The word "extrude" occurs in some of the lines below; copy each of those lines.

------------

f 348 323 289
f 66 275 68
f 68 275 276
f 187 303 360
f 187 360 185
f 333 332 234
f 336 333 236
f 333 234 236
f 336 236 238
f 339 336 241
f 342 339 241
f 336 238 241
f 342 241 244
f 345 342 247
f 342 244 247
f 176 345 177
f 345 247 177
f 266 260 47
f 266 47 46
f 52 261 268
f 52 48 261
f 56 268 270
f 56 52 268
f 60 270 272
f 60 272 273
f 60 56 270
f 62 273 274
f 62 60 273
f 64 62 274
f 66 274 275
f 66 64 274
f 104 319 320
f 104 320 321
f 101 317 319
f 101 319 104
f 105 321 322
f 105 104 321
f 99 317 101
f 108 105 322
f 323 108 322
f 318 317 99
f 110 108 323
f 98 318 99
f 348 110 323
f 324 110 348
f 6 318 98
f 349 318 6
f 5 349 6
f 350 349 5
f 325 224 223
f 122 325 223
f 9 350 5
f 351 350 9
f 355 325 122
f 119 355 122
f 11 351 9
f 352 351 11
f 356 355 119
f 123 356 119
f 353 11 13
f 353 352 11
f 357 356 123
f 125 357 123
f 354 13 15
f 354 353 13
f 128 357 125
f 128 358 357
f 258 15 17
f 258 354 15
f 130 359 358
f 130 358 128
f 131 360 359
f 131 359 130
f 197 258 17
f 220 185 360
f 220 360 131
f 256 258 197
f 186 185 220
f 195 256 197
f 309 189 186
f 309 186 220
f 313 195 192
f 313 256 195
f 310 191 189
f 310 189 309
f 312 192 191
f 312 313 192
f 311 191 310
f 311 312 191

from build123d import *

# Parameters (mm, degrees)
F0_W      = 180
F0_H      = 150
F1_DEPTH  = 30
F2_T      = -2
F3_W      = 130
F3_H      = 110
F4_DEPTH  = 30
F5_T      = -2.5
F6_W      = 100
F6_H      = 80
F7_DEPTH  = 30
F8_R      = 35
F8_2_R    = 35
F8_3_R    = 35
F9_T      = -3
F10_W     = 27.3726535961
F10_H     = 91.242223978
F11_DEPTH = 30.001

------------

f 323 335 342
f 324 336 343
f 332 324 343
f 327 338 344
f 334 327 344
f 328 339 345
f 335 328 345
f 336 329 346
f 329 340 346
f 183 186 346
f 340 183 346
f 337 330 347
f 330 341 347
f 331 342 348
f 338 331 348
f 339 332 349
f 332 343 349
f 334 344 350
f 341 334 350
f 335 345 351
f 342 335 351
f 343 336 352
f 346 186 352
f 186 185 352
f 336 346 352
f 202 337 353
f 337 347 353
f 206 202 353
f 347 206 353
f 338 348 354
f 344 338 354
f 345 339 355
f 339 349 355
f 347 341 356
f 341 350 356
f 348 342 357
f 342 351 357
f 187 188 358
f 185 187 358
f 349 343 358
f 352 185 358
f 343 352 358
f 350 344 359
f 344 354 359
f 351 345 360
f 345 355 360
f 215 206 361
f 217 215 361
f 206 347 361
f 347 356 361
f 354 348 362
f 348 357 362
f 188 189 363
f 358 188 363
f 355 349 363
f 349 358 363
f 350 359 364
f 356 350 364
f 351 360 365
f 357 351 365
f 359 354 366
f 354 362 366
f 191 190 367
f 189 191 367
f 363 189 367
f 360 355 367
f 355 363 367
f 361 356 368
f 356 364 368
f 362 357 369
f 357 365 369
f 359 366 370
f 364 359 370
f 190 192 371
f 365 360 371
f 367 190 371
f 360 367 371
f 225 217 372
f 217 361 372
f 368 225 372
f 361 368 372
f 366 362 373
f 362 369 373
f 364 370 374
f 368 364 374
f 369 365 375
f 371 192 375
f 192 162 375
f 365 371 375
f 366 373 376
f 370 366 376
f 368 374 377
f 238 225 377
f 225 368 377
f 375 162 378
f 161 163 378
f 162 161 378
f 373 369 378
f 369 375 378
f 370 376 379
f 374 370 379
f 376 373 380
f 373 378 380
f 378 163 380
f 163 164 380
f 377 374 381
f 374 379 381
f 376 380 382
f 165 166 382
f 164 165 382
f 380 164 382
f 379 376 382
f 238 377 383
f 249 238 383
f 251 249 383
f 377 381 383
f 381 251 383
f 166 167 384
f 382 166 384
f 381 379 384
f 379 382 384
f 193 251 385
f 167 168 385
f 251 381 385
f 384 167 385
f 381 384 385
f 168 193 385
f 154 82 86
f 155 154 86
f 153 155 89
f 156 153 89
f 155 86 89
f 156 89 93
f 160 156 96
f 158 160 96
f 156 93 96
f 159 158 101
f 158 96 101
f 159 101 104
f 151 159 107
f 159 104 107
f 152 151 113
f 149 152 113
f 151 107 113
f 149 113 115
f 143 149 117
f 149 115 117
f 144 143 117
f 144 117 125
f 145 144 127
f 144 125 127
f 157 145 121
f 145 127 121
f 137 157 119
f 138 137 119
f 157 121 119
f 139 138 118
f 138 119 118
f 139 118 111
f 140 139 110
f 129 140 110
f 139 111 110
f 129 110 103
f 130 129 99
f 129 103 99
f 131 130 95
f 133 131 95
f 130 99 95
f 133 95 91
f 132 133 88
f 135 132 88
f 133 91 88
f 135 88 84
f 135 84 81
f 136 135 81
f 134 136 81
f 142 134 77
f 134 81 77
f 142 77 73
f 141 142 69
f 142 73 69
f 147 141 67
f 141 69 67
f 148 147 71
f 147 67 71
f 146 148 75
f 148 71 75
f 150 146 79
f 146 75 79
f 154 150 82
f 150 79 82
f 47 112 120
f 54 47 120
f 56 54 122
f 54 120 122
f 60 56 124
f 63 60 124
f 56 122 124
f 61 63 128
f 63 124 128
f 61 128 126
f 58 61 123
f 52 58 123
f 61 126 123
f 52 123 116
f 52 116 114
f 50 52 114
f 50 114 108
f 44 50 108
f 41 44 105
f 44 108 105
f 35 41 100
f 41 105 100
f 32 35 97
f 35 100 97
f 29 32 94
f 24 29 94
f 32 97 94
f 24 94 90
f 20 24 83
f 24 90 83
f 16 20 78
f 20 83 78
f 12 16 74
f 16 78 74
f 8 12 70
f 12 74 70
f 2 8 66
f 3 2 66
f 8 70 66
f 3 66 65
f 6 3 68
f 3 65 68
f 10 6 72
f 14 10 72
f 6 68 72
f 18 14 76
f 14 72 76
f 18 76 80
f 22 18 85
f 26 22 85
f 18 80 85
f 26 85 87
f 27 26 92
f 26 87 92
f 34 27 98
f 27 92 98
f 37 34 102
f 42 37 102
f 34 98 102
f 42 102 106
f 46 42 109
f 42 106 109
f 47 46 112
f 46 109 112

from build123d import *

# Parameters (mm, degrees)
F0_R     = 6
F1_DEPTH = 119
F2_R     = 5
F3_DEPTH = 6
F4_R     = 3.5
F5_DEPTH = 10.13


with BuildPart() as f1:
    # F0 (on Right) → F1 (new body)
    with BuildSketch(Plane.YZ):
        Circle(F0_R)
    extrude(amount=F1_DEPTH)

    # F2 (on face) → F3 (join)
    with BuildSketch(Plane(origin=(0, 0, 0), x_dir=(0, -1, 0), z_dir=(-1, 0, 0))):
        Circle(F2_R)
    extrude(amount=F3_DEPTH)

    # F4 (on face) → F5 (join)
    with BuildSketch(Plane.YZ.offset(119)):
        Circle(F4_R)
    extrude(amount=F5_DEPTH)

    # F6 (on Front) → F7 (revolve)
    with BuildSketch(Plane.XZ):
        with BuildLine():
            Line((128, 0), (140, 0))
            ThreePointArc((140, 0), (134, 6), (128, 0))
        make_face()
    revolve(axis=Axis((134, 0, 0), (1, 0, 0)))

------------

Solution to this task
    extrude(amount=F1_DEPTH)
    extrude(amount=F3_DEPTH)
    extrude(amount=F5_DEPTH)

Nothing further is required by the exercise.